*How to complete this task*. Exactly the lines starting at the line containing "f 115 15 17" and ending at the line containing "f 123 122 75" are to be written out from the listing below, both included.

___ Stored data ___

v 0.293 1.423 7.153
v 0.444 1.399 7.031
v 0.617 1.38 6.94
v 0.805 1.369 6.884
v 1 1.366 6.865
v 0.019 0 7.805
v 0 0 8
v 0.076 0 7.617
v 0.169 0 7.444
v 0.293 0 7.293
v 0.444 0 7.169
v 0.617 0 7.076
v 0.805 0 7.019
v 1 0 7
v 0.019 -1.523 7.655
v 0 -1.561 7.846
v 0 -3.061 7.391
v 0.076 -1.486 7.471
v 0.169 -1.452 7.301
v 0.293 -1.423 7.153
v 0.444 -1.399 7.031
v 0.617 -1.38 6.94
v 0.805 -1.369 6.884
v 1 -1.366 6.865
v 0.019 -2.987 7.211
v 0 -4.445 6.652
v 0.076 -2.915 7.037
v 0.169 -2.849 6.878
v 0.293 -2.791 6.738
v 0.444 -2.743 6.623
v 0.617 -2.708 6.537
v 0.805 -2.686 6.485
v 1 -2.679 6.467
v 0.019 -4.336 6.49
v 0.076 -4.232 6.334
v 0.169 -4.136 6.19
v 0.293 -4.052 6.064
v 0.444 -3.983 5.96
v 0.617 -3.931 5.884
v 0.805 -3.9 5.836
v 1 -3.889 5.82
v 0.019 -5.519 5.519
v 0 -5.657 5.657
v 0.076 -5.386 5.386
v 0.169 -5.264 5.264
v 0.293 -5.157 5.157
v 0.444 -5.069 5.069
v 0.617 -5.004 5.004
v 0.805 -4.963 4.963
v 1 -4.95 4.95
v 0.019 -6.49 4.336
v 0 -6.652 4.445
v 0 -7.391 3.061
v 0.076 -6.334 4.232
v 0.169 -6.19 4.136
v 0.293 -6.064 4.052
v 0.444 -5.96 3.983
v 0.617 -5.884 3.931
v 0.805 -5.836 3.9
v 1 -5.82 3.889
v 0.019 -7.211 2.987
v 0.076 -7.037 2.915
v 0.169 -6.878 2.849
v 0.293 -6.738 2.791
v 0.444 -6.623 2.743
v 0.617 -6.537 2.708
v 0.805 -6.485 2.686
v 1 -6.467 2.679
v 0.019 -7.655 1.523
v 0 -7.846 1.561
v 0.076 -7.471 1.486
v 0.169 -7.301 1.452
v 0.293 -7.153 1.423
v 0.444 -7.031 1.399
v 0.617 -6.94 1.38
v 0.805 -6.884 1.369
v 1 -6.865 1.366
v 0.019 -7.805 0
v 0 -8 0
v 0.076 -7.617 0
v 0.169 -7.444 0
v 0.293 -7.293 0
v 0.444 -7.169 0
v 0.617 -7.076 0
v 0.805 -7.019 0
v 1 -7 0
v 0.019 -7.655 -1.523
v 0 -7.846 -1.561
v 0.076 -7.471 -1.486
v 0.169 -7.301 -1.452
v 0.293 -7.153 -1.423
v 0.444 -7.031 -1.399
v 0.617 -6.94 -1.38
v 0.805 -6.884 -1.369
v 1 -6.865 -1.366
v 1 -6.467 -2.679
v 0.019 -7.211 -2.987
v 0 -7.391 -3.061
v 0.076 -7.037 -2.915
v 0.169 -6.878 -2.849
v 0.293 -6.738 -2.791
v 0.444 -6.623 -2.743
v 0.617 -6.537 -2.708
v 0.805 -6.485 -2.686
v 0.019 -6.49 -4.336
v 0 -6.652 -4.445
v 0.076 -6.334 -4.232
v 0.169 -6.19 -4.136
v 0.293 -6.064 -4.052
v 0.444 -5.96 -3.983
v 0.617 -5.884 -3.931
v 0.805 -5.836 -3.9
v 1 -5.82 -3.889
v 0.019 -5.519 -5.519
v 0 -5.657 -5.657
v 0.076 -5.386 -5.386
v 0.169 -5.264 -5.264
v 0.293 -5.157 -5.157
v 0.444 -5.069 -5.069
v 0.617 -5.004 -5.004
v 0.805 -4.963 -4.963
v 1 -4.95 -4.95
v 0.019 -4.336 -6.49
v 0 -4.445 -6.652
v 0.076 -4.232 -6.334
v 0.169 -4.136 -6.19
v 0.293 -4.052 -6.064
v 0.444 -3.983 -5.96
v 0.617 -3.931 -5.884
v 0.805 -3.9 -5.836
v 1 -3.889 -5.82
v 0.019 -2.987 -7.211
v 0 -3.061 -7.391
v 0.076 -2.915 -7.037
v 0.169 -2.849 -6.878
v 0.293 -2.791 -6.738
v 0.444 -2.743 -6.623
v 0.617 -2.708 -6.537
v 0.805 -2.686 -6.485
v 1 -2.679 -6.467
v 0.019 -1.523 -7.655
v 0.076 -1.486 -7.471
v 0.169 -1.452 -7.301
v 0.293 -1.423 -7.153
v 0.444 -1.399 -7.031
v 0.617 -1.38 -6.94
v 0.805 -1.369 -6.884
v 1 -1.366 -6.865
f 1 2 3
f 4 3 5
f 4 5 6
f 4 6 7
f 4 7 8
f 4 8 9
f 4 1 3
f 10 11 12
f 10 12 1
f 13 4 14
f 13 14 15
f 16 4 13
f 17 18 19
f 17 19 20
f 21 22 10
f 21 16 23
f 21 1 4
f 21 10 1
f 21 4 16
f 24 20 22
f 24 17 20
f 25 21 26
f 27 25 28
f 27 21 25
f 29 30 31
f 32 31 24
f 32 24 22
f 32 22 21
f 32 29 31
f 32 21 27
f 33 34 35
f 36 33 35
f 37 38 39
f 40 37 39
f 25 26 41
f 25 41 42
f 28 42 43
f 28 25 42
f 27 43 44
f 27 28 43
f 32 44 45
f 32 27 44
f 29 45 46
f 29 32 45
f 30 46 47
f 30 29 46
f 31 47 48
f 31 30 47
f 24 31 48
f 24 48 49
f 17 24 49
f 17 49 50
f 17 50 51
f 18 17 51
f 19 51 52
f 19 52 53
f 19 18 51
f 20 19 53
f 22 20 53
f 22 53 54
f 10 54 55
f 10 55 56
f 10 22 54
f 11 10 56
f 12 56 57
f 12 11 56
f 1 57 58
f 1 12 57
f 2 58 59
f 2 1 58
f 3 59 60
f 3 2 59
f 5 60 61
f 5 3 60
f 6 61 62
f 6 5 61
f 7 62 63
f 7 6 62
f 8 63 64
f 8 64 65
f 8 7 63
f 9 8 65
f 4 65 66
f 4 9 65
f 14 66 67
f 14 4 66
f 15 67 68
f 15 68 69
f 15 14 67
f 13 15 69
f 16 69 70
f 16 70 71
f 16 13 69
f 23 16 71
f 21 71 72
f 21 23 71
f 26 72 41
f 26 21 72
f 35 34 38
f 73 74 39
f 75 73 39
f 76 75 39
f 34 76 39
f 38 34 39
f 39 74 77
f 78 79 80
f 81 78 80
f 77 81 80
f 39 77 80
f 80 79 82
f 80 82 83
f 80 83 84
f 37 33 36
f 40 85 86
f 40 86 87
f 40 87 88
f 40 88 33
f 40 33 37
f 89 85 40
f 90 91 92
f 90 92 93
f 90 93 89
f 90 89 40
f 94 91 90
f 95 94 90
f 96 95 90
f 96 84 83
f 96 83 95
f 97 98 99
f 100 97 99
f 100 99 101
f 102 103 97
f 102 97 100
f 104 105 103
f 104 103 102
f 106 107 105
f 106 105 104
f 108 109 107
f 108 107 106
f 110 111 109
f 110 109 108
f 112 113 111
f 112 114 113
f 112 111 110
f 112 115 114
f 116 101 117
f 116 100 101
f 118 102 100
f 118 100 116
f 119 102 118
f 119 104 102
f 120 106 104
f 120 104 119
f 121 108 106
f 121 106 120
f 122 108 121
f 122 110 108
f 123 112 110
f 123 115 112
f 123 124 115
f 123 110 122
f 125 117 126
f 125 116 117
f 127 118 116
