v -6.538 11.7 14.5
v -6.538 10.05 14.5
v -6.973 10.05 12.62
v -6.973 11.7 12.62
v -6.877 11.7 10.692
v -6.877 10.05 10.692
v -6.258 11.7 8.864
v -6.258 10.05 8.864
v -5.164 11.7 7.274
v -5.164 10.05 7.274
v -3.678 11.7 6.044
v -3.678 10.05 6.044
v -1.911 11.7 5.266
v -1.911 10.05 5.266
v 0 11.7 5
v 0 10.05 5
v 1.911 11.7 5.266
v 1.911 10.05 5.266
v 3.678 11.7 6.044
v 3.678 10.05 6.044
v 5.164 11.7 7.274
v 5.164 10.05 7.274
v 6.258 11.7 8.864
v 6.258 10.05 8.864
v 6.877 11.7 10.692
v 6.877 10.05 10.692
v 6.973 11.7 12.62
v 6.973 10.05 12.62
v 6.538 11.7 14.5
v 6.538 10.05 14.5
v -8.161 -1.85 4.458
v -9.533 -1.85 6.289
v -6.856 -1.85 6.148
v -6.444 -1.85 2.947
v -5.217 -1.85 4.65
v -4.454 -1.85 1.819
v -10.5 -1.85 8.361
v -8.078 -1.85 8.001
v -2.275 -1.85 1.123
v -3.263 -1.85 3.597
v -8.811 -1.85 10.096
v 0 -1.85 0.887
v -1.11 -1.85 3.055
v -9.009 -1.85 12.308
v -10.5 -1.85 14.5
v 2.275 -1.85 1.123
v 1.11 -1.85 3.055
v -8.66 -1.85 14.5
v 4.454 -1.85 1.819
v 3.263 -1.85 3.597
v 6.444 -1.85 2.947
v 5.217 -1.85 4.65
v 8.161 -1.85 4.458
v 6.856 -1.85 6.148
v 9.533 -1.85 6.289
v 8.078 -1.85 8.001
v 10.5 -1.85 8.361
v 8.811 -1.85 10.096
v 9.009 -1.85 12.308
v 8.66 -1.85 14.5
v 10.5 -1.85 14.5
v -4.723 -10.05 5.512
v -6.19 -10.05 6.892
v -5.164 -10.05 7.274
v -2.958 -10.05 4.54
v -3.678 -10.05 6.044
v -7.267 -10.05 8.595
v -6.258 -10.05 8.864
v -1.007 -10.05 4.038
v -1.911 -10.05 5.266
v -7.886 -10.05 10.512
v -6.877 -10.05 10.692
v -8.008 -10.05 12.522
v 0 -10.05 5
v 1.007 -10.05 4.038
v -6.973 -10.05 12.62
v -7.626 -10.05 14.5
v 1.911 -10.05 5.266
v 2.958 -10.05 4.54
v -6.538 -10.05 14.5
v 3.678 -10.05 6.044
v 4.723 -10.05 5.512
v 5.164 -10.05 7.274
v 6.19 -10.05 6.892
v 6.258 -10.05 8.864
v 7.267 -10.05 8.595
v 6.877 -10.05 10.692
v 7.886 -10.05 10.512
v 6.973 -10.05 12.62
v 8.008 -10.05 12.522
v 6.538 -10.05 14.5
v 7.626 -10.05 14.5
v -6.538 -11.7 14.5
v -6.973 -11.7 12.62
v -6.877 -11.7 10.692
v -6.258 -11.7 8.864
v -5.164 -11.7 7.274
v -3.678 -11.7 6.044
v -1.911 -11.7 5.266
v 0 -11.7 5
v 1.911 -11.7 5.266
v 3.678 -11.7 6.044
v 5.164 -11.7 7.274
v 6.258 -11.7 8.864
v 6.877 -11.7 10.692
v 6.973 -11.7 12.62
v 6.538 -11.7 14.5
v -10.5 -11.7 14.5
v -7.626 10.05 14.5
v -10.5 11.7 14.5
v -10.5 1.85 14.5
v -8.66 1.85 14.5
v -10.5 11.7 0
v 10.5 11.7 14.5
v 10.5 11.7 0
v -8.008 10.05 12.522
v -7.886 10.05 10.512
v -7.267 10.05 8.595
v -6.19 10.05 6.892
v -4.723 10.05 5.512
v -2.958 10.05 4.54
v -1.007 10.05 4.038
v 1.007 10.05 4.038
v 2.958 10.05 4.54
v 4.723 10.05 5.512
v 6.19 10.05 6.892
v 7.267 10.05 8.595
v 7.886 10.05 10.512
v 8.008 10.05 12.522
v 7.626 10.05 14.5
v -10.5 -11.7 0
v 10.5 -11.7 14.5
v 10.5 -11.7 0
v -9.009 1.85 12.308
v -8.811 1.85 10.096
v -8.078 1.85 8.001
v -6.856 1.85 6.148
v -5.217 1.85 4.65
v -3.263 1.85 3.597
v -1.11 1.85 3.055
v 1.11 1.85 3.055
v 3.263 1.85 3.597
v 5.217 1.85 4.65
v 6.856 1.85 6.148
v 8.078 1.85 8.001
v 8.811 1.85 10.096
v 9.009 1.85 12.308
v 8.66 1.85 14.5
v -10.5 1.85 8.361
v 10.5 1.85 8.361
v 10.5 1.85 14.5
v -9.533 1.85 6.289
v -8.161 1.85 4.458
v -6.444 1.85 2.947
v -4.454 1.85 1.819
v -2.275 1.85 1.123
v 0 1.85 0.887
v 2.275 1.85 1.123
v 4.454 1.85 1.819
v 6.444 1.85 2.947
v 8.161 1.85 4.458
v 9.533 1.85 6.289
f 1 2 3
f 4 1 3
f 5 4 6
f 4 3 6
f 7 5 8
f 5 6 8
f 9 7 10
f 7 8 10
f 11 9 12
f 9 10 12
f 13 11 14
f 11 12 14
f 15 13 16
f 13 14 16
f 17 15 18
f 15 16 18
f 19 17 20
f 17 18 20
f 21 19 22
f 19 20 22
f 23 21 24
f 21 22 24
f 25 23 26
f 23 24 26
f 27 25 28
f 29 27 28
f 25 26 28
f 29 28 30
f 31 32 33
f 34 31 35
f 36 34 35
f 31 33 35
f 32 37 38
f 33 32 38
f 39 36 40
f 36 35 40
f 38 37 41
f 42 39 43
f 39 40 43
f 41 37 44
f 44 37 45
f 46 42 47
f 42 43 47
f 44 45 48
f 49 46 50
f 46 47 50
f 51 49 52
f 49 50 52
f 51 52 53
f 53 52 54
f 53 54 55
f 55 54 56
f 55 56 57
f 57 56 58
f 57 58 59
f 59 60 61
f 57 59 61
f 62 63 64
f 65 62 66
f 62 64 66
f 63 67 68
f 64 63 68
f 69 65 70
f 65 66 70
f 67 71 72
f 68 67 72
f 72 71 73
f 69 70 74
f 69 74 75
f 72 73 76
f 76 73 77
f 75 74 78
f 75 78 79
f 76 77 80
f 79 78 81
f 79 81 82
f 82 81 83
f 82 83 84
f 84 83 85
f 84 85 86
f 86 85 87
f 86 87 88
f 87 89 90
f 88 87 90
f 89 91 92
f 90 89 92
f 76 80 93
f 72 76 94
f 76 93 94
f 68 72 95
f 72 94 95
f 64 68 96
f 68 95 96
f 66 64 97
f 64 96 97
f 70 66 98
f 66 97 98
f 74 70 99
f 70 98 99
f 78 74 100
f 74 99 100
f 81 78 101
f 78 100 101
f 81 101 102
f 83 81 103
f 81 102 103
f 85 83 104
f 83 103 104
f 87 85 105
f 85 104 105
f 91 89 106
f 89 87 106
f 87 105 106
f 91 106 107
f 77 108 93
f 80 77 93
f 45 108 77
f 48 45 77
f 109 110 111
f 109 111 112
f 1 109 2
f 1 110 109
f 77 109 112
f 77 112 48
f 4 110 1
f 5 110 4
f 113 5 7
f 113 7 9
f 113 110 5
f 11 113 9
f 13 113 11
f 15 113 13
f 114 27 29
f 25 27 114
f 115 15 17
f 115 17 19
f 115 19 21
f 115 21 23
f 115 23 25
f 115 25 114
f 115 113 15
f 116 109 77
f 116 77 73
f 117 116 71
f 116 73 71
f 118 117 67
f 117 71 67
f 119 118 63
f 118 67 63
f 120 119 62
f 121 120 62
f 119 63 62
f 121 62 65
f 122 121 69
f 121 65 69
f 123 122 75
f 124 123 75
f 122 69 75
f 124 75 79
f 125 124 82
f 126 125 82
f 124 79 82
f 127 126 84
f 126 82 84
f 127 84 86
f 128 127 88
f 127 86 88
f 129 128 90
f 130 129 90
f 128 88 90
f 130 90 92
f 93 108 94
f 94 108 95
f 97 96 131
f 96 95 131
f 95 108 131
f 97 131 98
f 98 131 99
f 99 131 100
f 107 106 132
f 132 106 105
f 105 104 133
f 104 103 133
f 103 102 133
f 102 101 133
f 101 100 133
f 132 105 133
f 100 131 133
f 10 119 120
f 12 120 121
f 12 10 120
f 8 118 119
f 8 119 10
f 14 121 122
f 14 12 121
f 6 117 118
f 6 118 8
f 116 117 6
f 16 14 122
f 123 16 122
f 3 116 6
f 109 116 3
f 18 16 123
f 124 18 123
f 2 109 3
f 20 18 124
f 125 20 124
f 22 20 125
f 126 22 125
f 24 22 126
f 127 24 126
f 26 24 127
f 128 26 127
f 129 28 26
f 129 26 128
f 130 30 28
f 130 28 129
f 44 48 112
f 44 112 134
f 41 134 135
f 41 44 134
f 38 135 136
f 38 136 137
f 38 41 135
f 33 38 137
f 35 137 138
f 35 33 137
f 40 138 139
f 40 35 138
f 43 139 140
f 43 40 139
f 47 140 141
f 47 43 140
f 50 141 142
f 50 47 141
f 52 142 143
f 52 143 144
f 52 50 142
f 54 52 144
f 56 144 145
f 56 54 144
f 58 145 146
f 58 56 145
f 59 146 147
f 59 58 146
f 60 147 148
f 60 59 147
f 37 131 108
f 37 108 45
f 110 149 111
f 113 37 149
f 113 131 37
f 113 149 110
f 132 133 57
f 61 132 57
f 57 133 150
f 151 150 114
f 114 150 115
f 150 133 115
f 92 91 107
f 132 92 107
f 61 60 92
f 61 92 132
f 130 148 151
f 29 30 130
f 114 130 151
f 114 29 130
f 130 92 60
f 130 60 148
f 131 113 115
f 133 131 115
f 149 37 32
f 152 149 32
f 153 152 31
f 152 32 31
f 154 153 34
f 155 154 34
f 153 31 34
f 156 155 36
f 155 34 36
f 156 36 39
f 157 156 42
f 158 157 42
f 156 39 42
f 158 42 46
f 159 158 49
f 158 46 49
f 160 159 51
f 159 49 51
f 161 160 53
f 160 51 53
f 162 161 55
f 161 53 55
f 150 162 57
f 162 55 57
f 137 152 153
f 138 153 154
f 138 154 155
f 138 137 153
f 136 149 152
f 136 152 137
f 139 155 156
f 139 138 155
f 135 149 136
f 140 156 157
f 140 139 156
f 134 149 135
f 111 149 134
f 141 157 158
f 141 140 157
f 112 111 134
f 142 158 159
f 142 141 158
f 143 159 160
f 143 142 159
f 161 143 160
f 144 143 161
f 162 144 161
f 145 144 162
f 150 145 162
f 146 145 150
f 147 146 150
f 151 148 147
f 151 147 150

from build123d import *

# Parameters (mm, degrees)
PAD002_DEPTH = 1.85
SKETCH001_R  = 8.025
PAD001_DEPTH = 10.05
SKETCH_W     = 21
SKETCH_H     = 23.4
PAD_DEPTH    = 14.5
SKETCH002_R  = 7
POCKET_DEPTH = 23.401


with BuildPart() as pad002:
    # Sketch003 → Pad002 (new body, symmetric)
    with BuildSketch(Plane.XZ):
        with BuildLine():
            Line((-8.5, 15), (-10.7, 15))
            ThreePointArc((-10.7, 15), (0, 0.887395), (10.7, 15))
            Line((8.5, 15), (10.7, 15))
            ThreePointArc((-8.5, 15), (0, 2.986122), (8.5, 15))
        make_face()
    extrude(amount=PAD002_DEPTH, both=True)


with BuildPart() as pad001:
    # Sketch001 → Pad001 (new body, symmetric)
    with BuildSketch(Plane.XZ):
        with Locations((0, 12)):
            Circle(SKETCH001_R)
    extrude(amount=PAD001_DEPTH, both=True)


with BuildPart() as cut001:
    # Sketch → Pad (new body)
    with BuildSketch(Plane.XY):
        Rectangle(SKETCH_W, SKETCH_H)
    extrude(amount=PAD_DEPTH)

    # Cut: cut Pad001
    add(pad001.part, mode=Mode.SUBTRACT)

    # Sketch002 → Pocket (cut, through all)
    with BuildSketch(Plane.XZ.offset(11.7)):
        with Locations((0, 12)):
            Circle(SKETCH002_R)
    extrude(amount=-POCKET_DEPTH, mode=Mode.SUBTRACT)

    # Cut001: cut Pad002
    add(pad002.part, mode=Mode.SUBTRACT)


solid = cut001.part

___
___ Stored data ___

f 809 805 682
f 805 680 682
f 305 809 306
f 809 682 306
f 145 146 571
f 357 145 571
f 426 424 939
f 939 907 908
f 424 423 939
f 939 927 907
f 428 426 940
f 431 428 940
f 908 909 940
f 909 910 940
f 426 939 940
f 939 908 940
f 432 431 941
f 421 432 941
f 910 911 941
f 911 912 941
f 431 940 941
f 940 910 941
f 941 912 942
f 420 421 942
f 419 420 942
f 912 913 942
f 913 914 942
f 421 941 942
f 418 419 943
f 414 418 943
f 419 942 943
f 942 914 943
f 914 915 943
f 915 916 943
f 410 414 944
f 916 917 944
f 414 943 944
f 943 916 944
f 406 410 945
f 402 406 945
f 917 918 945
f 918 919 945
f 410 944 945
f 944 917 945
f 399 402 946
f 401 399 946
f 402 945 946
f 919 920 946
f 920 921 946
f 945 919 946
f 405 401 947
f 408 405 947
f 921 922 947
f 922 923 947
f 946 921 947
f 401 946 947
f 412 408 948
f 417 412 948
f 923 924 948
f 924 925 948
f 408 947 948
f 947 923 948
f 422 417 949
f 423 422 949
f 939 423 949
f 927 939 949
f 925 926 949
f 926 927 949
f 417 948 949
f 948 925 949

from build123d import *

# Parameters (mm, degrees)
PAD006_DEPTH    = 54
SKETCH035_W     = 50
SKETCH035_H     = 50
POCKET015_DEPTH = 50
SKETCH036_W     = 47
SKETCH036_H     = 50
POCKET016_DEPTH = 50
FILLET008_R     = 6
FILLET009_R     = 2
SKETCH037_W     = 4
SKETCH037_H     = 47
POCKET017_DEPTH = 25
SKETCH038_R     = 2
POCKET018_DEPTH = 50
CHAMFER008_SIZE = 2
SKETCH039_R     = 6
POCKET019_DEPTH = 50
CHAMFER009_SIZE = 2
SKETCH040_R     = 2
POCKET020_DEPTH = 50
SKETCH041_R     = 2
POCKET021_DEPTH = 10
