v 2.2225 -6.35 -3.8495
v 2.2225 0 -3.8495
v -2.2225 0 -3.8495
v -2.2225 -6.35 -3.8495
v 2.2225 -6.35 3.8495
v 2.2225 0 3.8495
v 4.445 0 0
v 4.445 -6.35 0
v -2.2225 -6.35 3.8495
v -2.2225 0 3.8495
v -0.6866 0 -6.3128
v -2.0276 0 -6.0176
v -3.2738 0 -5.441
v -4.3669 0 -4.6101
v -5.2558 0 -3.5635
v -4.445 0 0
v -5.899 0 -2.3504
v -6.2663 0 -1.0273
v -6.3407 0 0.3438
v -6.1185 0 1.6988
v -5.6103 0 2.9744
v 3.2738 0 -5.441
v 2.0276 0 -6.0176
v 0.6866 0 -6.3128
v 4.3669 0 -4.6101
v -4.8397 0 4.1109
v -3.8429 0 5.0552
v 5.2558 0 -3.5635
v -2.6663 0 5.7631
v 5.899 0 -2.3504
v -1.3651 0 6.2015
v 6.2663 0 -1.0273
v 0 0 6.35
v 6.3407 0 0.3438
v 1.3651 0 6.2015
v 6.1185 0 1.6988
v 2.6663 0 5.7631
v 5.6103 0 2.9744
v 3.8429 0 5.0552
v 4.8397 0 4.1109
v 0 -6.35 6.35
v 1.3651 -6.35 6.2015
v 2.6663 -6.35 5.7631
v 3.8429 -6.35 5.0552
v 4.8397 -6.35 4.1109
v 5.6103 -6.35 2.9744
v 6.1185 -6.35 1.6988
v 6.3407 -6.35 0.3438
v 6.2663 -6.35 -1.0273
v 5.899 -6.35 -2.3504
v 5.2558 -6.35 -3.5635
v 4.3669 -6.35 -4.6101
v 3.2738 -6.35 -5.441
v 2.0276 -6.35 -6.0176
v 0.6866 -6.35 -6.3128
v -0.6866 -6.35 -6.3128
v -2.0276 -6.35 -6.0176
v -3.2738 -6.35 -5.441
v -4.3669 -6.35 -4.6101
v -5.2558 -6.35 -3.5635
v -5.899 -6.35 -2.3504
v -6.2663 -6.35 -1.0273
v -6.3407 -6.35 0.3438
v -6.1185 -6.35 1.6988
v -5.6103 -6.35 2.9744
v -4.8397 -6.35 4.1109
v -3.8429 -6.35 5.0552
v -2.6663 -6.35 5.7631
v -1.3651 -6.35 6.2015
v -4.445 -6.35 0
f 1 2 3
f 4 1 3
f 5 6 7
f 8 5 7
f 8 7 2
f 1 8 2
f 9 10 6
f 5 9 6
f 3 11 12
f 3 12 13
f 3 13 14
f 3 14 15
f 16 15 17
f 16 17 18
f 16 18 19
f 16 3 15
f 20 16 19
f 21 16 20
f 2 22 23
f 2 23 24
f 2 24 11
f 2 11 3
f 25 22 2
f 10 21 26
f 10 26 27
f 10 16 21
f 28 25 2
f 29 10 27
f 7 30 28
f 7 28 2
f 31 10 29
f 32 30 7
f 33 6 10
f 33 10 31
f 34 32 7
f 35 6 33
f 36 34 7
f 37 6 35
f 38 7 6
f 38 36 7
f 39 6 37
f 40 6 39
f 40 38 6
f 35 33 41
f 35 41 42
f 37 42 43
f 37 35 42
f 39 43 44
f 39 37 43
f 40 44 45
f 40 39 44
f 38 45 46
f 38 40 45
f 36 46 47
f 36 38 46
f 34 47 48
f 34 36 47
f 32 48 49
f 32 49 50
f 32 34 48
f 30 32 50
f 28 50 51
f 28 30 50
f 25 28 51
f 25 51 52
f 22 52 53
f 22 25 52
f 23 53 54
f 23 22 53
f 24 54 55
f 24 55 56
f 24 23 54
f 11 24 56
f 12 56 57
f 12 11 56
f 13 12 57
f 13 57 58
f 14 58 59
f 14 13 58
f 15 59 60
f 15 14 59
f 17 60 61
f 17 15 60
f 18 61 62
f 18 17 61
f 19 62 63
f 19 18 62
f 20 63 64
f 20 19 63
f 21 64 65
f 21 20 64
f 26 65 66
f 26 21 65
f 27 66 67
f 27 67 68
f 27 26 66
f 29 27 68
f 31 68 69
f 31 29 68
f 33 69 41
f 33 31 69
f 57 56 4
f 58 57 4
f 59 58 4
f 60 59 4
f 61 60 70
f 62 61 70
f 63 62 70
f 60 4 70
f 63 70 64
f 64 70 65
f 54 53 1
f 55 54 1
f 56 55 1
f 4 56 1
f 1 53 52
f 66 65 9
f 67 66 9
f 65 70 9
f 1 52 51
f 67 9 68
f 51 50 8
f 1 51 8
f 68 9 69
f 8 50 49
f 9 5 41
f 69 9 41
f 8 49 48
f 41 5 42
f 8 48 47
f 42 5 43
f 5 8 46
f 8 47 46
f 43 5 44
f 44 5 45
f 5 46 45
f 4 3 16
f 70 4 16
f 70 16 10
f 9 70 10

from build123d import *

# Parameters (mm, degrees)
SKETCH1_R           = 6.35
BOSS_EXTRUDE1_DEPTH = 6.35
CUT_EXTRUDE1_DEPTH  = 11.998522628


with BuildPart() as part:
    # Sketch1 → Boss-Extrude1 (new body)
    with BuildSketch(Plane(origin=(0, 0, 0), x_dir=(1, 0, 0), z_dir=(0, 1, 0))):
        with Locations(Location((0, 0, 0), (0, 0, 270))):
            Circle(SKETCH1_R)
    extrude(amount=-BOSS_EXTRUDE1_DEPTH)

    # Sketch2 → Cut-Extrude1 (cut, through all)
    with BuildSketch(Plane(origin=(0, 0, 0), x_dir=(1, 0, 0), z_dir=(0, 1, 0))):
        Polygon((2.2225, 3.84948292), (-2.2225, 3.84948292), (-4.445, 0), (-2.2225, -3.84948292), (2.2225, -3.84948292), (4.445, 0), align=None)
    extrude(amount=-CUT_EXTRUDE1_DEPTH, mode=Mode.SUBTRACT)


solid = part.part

___

*Response to the task*.
f 115 15 17
f 115 17 19
f 115 19 21
f 115 21 23
f 115 23 25
f 115 25 114
f 115 113 15
f 116 109 77
f 116 77 73
f 117 116 71
f 116 73 71
f 118 117 67
f 117 71 67
f 119 118 63
f 118 67 63
f 120 119 62
f 121 120 62
f 119 63 62
f 121 62 65
f 122 121 69
f 121 65 69
f 123 122 75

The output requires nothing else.